Published on September 04, 2014

New Corneal Transplant Procedure Offers Clearer Vision, Quicker Recovery Time

COLUMBIA, Mo. — For Betty Minor of Sedalia, blurry vision was a fact of life. The 75-year-old had resigned herself to coping with her deteriorating eyesight. She would only read large-print books and she needed someone to read her the menus at restaurants. Her prescription glasses did little to help.

For more than 35 years, Minor has lived with Fuch’s dystrophy, an inherited degenerative condition that causes vision loss. In July, Minor underwent a new corneal transplant procedure that changed her life.

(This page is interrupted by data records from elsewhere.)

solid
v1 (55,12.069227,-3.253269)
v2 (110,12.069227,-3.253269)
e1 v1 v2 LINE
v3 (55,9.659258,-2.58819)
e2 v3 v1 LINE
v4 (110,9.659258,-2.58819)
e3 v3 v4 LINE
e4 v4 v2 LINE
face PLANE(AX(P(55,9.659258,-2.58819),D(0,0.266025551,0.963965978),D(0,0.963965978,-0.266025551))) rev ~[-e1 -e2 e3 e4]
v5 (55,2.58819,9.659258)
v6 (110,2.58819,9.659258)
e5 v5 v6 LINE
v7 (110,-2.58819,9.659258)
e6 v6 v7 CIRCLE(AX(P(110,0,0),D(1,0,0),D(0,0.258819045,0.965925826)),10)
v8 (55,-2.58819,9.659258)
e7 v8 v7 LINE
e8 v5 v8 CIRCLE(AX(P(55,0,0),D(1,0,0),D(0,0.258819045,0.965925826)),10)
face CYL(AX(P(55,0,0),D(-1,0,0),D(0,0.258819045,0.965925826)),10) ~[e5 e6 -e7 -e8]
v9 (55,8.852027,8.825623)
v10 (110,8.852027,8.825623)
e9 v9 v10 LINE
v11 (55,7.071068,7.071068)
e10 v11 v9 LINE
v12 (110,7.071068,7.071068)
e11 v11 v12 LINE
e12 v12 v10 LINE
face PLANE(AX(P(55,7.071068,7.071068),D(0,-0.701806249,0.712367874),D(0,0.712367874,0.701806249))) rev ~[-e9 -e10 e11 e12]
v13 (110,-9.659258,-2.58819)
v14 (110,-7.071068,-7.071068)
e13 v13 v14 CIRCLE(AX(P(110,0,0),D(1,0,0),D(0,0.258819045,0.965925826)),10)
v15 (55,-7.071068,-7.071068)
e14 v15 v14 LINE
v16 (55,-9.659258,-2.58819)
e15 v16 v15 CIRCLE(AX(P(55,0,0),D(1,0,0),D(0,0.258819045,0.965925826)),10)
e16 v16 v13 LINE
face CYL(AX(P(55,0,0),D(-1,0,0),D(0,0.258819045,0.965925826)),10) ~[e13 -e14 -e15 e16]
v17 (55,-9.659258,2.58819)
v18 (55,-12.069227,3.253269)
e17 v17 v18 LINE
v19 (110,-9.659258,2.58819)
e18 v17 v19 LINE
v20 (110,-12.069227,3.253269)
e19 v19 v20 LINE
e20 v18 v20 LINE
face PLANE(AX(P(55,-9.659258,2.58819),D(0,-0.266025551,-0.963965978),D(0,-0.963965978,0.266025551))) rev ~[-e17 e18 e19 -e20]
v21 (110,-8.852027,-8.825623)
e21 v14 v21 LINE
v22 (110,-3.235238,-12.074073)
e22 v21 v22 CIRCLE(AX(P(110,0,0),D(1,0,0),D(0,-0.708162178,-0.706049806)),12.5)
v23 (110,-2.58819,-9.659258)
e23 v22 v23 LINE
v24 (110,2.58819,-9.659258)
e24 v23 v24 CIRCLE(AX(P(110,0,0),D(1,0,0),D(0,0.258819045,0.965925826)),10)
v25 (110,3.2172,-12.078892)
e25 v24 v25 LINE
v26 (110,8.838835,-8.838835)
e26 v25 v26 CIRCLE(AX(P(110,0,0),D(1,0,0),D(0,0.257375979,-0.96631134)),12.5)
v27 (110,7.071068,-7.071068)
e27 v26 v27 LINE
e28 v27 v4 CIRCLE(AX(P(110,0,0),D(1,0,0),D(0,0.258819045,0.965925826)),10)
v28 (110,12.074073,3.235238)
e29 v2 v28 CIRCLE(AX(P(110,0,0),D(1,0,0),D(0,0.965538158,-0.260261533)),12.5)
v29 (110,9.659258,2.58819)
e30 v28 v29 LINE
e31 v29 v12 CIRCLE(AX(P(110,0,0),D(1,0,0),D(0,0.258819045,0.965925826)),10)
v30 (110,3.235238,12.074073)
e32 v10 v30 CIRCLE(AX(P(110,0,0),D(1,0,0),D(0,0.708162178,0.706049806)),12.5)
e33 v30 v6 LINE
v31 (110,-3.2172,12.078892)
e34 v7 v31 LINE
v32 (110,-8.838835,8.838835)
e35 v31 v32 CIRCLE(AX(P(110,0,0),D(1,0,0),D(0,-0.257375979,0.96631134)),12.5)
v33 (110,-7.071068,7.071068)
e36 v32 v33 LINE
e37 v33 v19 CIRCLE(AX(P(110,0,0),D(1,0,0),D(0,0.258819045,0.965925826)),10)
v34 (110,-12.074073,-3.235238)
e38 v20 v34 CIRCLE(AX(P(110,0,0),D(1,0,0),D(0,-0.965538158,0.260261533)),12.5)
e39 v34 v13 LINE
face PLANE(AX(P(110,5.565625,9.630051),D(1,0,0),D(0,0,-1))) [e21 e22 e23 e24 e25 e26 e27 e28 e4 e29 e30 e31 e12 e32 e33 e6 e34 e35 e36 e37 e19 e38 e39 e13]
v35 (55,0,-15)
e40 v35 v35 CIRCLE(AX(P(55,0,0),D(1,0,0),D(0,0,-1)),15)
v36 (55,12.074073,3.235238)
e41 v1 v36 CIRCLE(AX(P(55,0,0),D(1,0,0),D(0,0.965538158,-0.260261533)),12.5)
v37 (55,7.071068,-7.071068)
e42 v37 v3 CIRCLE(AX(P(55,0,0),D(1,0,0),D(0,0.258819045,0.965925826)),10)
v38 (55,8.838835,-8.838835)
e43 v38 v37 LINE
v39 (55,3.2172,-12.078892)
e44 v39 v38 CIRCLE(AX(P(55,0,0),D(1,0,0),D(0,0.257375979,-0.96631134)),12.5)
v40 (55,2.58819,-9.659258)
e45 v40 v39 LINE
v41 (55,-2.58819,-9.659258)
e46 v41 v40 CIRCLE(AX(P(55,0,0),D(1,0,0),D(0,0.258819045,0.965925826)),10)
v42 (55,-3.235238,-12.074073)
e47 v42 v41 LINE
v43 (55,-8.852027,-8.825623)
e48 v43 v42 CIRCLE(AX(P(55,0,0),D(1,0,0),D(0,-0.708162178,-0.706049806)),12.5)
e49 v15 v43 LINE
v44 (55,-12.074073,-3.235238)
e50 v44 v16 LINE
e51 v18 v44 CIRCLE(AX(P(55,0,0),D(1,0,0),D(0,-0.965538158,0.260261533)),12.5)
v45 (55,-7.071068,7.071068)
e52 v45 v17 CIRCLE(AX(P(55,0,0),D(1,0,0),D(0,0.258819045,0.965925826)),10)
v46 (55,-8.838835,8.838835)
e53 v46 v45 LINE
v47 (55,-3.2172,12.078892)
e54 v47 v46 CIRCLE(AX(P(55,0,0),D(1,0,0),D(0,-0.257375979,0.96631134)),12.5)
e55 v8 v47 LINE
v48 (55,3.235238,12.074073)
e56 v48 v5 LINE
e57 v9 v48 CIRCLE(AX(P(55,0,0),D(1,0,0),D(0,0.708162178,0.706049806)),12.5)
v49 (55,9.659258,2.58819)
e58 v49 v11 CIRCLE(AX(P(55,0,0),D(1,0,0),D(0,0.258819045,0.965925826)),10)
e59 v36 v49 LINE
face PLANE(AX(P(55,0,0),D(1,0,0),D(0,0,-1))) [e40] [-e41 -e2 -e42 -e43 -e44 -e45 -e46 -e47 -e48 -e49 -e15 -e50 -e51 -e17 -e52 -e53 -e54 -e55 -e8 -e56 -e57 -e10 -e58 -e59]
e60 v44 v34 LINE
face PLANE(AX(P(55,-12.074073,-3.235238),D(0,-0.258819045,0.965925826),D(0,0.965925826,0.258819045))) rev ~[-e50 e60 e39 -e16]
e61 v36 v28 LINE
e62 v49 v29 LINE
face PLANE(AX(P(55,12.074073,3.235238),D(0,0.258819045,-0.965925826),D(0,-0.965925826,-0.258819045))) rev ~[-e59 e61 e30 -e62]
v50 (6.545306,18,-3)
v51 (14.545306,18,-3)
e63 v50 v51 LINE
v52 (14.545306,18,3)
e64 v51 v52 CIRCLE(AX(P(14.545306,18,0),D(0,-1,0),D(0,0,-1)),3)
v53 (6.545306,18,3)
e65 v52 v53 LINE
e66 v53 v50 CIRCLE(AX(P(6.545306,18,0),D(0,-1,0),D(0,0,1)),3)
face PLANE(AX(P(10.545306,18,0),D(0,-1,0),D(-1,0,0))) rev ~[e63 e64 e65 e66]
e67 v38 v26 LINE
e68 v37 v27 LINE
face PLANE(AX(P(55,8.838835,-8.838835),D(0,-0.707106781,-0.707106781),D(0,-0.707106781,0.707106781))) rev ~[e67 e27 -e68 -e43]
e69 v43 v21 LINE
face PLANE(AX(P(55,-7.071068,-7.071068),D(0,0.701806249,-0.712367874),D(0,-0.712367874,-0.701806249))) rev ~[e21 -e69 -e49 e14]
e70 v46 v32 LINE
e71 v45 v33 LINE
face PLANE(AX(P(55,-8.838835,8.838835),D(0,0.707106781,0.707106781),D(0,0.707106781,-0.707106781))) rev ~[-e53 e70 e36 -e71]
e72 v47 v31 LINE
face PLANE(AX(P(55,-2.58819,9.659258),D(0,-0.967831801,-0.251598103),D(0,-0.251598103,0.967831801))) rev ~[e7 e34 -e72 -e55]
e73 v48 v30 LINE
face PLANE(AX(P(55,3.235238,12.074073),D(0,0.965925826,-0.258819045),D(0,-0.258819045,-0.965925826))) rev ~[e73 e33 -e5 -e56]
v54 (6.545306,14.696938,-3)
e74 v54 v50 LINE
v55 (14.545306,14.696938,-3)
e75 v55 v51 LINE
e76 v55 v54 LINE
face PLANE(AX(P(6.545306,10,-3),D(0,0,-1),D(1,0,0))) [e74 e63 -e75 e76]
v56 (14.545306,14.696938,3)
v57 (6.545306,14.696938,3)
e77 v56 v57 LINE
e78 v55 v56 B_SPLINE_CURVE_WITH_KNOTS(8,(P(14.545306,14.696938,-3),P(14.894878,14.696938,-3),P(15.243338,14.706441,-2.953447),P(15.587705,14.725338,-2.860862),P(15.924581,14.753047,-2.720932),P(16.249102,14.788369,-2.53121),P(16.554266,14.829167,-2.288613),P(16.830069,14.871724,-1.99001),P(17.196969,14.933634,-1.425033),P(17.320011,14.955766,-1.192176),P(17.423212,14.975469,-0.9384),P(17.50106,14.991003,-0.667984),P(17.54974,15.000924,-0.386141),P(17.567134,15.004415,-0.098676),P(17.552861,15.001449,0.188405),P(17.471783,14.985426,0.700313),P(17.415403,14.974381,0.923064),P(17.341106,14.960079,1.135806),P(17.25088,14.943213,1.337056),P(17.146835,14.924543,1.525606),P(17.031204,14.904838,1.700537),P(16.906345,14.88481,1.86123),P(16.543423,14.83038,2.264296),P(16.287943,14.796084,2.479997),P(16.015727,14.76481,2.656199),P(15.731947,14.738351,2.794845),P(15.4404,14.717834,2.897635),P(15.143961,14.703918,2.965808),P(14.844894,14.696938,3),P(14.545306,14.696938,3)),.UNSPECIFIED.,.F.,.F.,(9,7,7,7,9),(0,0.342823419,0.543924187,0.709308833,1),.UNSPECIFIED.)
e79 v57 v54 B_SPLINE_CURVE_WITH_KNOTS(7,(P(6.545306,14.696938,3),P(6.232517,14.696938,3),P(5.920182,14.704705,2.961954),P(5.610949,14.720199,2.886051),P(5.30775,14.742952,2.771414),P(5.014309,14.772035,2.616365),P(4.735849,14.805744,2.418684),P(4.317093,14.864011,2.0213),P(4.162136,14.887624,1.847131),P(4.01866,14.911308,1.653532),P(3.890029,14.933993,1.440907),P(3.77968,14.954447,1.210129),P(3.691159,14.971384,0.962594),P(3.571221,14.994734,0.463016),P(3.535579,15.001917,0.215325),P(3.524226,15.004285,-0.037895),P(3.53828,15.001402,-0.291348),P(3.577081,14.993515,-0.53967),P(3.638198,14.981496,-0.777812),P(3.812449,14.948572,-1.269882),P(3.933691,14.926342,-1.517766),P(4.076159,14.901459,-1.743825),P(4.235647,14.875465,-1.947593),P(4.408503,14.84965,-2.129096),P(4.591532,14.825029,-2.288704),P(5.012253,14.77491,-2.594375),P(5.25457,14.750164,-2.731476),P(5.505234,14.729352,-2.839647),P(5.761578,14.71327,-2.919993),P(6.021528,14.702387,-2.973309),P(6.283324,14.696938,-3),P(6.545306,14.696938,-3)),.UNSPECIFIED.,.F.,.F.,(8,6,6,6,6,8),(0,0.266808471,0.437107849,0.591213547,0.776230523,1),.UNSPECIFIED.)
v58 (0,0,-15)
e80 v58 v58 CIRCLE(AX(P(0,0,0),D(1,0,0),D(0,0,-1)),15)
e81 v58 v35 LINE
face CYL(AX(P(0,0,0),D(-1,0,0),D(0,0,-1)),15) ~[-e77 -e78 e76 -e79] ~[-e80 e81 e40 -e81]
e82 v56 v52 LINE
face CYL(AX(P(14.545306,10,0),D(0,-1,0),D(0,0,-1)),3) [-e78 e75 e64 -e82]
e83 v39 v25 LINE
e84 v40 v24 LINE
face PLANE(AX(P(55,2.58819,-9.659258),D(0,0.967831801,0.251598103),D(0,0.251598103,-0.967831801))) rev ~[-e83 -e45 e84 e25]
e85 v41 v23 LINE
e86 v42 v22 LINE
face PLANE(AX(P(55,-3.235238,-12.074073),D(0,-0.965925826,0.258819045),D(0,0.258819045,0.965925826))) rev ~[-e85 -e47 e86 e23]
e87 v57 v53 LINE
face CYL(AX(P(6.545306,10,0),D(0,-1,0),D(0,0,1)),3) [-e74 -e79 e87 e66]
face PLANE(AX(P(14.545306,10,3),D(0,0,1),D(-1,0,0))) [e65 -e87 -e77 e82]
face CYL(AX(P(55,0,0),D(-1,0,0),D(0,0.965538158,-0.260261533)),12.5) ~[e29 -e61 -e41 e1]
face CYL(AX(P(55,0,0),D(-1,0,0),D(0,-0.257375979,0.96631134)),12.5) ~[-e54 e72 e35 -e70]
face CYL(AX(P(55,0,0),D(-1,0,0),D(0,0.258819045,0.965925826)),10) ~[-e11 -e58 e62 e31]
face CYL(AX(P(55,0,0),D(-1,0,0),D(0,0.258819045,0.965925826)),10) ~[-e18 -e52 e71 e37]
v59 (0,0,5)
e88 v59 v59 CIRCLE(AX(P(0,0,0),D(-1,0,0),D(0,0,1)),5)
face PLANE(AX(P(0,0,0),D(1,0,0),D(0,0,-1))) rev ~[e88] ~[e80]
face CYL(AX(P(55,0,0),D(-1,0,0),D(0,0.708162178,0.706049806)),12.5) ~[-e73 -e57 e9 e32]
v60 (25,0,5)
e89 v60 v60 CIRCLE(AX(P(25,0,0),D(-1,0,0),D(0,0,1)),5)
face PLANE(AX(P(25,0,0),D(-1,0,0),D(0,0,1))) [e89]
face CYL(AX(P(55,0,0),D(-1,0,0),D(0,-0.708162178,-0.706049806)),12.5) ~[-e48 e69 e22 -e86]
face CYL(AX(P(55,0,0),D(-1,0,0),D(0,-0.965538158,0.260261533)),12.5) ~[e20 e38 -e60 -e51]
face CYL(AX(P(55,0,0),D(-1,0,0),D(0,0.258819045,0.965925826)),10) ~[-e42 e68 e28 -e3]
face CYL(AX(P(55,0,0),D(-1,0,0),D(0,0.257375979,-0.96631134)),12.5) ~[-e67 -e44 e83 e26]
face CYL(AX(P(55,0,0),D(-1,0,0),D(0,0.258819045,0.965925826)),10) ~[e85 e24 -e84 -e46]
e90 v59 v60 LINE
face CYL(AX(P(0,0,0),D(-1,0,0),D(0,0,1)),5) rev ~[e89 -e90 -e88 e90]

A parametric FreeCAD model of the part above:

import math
import FreeCAD as App
import Part
import Sketcher
Q = App.Units.Quantity

doc = App.newDocument("Part")
params = doc.addObject("Spreadsheet::Sheet", "Params")
for row, (alias, value) in enumerate([
    ("sketch1_diameter", "30 mm"),
    ("pad1_length", "55 mm"),
    ("sketch2_radius", "10 mm"),
    ("sketch2_radius2", "12.5 mm"),
    ("pad2_length", "55 mm"),
    ("sketch3_diameter", "10 mm"),
    ("pocket1_length", "25 mm"),
    ("sketch4_radius", "3 mm"),
    ("sketch4_width", "8 mm"),
    ("pad3_length", "8 mm"),
], start=1):
    params.set(f"A{row}", alias)
    params.set(f"B{row}", "=" + value)
    params.setAlias(f"B{row}", alias)

body = doc.addObject("PartDesign::Body", "Body")

# Sketch on YZ plane
sketch1 = doc.addObject("Sketcher::SketchObject", "Sketch")
body.addObject(sketch1)
sketch1.AttachmentSupport = (doc.YZ_Plane, [""])
sketch1.MapMode = "FlatFace"
sketch1.addGeometry(Part.Circle(App.Vector(0, 0, 0), App.Vector(0, 0, 1), 15), False)
sketch1.addConstraint([
    Sketcher.Constraint("Coincident", 0, 3, -1, 1),
    Sketcher.Constraint("Diameter", 0, 30.0),
])
sketch1.setExpression("Constraints[1]", "Params.sketch1_diameter")
pad1 = doc.addObject("PartDesign::Pad", "Pad")
body.addObject(pad1)
pad1.Profile = sketch1
pad1.setExpression("Length", "Params.pad1_length")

“I began to accept the fact that I was losing my eyesight,” Minor said. “After hearing of this new type of procedure, I found renewed hope.”

Minor underwent a state-of-the-art corneal transplant procedure known as a Descemet membrane endothelial keratoplasty, or DMEK. She was the first patient within University of Missouri Health Care to undergo the surgery.

“DMEK is a corneal transplant procedure that replaces a thin membrane on the inner side of the cornea,” said Rick Fraunfelder, M.D., M.B.A., a fellowship-trained corneal disease specialist at MU Health Care. “In most cases, traditional corneal transplant methods can only restore vision to 20/30, but with DMEK, patients can achieve perfect 20/20 vision with a recovery time as short as a few weeks.”

Fraunfelder

Using donated corneas, Fraunfelder replaces the Descemet membrane inside the eye. This thin, cellophane-like membrane contains cells known as endothelial cells. These cells are responsible for pumping fluid out of the cornea to keep it clear. When these cells deteriorate, vision becomes gray and hazy, and can eventually result in blindness.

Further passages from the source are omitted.